We collected Jess's new wheelchair today.  It is fantastic!  She is so comfortable in it and her posture is perfect.  We are so happy and grateful to have been blessed with the funds from the Potjie Cook off that enabled us to get her this chair, that was becoming increasingly more needed.
We have received word back from our Geneticist regarding the latest blood tests performed over in the UK.  It appears that the micro duplication that was picked up in Jessica's sample could not be traced in neither mine nor Brendon's blood.  Therefore the defect is not genetic.  However, they now need to establish what genes are affected in order to confirm if this is the sole cause of Jessica's condition.  So we have a few more weeks of waiting ahead of us for the results but we are grateful that things are moving forward.  Jess should also be receiving her new wheelchair within the next week or so which we are so very excited about.
On Sunday morning we got to go and visit Brian and Sally Moore who were the winners of Jess's raffle to hand over the prize vouchers.  Check out the photo's page for a pic  Thank you again to everyone for their support.  We are very happy to announce that a grand total of R8 360 was raised through this raffle.

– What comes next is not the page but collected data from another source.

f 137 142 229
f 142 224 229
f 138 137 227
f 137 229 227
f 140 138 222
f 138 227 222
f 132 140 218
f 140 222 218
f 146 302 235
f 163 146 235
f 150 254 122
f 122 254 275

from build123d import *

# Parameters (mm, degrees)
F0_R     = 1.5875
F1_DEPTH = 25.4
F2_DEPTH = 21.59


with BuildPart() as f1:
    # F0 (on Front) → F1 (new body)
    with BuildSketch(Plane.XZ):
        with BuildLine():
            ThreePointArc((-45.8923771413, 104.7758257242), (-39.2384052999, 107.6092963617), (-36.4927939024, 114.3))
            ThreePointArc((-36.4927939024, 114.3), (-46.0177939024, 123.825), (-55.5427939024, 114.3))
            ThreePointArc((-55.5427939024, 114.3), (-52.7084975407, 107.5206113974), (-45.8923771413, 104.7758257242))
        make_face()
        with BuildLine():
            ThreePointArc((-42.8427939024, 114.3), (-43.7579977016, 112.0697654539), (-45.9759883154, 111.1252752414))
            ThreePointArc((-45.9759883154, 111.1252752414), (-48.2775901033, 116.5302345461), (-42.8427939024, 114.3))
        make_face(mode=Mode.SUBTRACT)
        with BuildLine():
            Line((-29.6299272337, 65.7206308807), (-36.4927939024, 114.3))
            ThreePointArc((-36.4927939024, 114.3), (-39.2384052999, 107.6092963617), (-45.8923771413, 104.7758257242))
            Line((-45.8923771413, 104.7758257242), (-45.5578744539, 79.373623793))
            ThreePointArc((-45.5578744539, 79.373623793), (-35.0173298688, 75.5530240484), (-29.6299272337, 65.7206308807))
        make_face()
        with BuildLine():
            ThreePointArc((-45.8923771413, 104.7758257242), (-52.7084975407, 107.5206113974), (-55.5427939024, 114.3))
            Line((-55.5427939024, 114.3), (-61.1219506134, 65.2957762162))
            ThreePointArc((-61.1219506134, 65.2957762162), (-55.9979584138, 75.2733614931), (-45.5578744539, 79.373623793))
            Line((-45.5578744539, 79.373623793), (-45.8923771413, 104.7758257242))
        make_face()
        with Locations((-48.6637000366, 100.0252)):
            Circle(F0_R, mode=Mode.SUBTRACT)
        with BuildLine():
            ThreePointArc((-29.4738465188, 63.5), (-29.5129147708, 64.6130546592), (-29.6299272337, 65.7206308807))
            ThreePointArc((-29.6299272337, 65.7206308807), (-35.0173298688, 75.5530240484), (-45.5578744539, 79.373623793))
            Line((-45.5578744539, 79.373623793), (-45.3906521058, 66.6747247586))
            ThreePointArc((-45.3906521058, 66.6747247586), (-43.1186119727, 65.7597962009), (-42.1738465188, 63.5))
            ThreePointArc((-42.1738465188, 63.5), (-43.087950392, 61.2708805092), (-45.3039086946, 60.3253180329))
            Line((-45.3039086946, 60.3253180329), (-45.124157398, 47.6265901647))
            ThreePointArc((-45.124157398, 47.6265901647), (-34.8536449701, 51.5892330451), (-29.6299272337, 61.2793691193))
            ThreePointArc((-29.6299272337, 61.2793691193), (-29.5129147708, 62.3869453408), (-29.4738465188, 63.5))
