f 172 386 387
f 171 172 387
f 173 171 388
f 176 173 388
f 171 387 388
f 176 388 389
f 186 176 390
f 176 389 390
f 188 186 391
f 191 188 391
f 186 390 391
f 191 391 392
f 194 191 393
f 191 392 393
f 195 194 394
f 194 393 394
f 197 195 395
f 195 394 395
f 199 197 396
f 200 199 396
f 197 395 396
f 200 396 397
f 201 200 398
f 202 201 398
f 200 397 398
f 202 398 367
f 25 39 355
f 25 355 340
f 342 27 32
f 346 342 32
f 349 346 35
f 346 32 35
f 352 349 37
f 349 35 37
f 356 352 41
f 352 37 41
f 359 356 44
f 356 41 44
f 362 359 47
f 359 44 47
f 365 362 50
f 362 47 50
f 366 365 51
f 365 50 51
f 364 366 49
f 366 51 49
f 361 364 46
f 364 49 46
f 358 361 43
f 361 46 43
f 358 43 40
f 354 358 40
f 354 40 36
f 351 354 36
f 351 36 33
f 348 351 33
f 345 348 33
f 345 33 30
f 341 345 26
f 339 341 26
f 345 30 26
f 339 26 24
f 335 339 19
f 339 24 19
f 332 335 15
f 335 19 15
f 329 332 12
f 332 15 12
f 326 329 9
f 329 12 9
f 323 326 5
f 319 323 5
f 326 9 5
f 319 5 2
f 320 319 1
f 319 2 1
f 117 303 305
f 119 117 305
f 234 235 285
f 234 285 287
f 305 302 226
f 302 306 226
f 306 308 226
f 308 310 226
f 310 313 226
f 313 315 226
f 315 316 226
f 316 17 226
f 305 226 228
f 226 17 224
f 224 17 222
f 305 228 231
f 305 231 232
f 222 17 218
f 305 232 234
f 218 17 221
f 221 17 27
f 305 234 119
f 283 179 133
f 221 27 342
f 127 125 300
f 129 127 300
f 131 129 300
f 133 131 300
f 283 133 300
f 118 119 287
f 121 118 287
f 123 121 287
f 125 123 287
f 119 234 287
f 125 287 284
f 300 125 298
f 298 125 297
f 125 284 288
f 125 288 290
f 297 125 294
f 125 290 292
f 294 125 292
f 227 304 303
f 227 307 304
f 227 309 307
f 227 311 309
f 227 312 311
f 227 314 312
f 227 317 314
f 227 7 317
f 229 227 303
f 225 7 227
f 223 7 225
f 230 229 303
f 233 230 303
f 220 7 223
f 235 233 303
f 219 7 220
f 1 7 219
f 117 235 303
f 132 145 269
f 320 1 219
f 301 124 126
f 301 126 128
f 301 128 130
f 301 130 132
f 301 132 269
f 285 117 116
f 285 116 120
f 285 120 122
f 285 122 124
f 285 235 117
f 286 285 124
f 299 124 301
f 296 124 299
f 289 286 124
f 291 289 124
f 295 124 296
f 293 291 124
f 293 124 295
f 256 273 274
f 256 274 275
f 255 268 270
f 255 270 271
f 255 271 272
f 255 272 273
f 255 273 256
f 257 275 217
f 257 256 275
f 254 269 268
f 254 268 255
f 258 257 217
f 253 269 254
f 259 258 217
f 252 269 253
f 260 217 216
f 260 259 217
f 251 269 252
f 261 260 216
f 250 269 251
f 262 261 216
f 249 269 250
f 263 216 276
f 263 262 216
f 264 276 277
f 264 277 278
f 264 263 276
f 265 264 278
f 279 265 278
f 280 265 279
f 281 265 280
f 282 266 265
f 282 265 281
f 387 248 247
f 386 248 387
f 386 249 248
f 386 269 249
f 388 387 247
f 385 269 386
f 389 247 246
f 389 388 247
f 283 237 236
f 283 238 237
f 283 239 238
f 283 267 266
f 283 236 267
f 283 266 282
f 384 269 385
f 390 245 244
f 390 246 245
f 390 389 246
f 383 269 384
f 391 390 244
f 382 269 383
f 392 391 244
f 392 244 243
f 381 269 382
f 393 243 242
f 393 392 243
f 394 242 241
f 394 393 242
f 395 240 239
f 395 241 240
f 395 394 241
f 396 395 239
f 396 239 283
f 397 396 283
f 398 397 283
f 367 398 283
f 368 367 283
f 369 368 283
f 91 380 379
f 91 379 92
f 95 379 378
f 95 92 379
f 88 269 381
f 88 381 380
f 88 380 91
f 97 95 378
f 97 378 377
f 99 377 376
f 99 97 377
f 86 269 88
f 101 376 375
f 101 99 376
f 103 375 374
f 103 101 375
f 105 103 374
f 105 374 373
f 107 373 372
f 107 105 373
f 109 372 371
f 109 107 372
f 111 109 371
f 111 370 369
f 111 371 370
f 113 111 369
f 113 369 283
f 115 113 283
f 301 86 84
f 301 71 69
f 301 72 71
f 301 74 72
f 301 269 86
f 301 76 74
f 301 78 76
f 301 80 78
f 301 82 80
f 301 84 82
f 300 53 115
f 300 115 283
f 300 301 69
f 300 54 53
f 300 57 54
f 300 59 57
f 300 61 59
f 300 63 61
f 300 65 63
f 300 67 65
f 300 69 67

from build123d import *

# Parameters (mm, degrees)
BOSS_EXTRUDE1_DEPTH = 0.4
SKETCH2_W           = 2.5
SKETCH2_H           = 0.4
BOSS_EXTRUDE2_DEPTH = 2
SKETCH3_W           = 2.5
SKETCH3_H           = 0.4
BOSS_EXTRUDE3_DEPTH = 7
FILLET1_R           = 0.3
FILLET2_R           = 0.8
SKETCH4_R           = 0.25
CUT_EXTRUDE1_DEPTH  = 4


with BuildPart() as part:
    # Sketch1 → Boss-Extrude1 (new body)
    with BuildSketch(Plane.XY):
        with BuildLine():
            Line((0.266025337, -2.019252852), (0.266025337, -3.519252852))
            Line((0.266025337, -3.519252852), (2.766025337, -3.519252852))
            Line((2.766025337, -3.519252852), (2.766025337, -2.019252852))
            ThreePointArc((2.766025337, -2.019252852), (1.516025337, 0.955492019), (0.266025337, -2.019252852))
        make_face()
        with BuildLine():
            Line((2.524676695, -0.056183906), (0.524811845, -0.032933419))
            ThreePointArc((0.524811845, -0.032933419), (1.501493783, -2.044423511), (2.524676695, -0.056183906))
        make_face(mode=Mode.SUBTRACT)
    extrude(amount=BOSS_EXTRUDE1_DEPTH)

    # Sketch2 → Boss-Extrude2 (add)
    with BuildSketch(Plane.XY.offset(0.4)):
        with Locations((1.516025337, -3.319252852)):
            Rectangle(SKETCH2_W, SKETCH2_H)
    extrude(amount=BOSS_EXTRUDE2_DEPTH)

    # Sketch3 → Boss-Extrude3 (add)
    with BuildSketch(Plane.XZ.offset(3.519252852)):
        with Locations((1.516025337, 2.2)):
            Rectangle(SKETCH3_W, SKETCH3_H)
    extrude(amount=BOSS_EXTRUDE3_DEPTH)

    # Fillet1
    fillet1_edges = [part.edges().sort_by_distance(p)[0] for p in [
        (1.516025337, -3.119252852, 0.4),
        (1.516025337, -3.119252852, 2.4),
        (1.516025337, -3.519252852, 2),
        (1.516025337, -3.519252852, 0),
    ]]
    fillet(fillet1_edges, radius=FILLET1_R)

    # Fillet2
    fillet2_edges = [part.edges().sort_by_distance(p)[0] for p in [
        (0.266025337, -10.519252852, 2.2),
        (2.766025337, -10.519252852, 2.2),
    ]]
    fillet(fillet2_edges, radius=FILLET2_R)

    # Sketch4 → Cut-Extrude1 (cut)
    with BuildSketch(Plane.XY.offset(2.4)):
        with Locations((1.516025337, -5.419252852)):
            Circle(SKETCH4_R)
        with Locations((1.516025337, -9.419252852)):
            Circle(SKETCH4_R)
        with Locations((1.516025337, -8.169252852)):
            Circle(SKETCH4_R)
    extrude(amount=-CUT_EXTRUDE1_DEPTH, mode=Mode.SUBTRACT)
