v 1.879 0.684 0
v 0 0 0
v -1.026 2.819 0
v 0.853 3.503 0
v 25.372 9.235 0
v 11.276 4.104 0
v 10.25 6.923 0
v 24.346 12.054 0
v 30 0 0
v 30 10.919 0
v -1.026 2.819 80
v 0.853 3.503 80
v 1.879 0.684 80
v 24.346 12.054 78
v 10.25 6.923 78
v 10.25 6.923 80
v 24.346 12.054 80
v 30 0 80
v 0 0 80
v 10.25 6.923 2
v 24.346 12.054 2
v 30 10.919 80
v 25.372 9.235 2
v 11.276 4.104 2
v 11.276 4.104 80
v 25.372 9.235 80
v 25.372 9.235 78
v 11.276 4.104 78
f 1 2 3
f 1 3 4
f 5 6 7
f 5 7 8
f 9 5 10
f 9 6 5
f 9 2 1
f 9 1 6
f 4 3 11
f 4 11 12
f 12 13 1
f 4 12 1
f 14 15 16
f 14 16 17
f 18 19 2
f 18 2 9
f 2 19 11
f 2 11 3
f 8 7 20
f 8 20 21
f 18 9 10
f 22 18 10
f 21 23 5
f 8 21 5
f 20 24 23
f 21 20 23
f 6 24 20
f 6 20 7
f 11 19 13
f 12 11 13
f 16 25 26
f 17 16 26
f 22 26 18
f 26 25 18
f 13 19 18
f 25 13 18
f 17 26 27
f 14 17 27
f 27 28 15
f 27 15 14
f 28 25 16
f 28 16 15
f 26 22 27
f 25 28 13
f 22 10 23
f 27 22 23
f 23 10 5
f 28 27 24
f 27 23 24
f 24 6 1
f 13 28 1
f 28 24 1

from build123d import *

# Parameters (mm, degrees)
BOSS_EXTRUDE1_DEPTH = 80
SKETCH2_W           = 2
SKETCH2_H           = 80
SKETCH2_W_2         = 15
SKETCH2_H_2         = 2
BOSS_EXTRUDE2_DEPTH = 3


with BuildPart() as part:
    # Sketch1 → Boss-Extrude1 (new body)
    with BuildSketch(Plane.XY):
        Polygon((0, 0), (30, 0), (30, 10.919107028), align=None)
    extrude(amount=BOSS_EXTRUDE1_DEPTH)

    # Sketch2 → Boss-Extrude2 (add)
    with BuildSketch(Plane(origin=(0, 0, 0), x_dir=(0.9396926207859082, 0.34202014332566943, 0), z_dir=(-0.34202014332566943, 0.9396926207859082, 0))):
        with Locations((1, -40)):
            Rectangle(SKETCH2_W, SKETCH2_H)
        with Locations((19.5, -1)):
            Rectangle(SKETCH2_W_2, SKETCH2_H_2)
        with Locations((19.5, -79)):
            Rectangle(SKETCH2_W_2, SKETCH2_H_2)
    extrude(amount=BOSS_EXTRUDE2_DEPTH)


solid = part.part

We met up with the Geneticist this morning to discuss the results for the recent chromosome tests done in the UK.  Apparently a micro duplication has been identified on Jess's X Chromosome.  This was never picked up in either of the chromosome tests done here in SA however the Geneticist explained that this can be traced with the intensive laser test that was performed in the UK.  All three of us had blood taken today.  Firstly from Jess to reconfirm the results found and then from Brendon and myself to identify if one of us perhaps has the same defect which would verify if it is herediatory or not.  Our samples will be couriered off to the UK shortly and we have to wait another 4 - 6 weeks for the follow on results.  Finally, we have a new starting point and a renewed hope for some answers.
We have just completed the prize draw and we are pleased to announce the winner for the raffle is Brian Moore.  Congratulations!!!! Brian has won the family photoshoot, a voucher for haircuts and styling for the photoshoot and spa vouchers.  We would like to take this opportunity to thank our family and friends that assisted us in selling the raffle tickets and everyone to participated in the raffle by purchasing tickets.  A very special thank you to our sponsors and especially to our dear friends Debbie and Duncan who were the masterminds behind the whole concept. 
Due to Jess having to be admitted to hospital on Sunday, we had to postpone the prize draw.  The doctor initially feared Meningitis however we were extremely relieved when the tests came back negative.  The paediatrician put it down to a severe chest infection however Jess was discharged on Wednesday and is making a full recovery.  We have therefore decided to hold the prize draw on Saturday 6 August.  The winner will then be notified and announced here on Jess's site and on her Facebook page.  We also have confirmation from the Geneticist that she has received the results back from the UK on Jess's chromosome tests.  We are meeting with her on Wednesday to discuss the results and she has advised that they need to collect blood from all three of us.  We sincerely hope that this means something was picked up in these last tests to assist in identifying Jess's condition.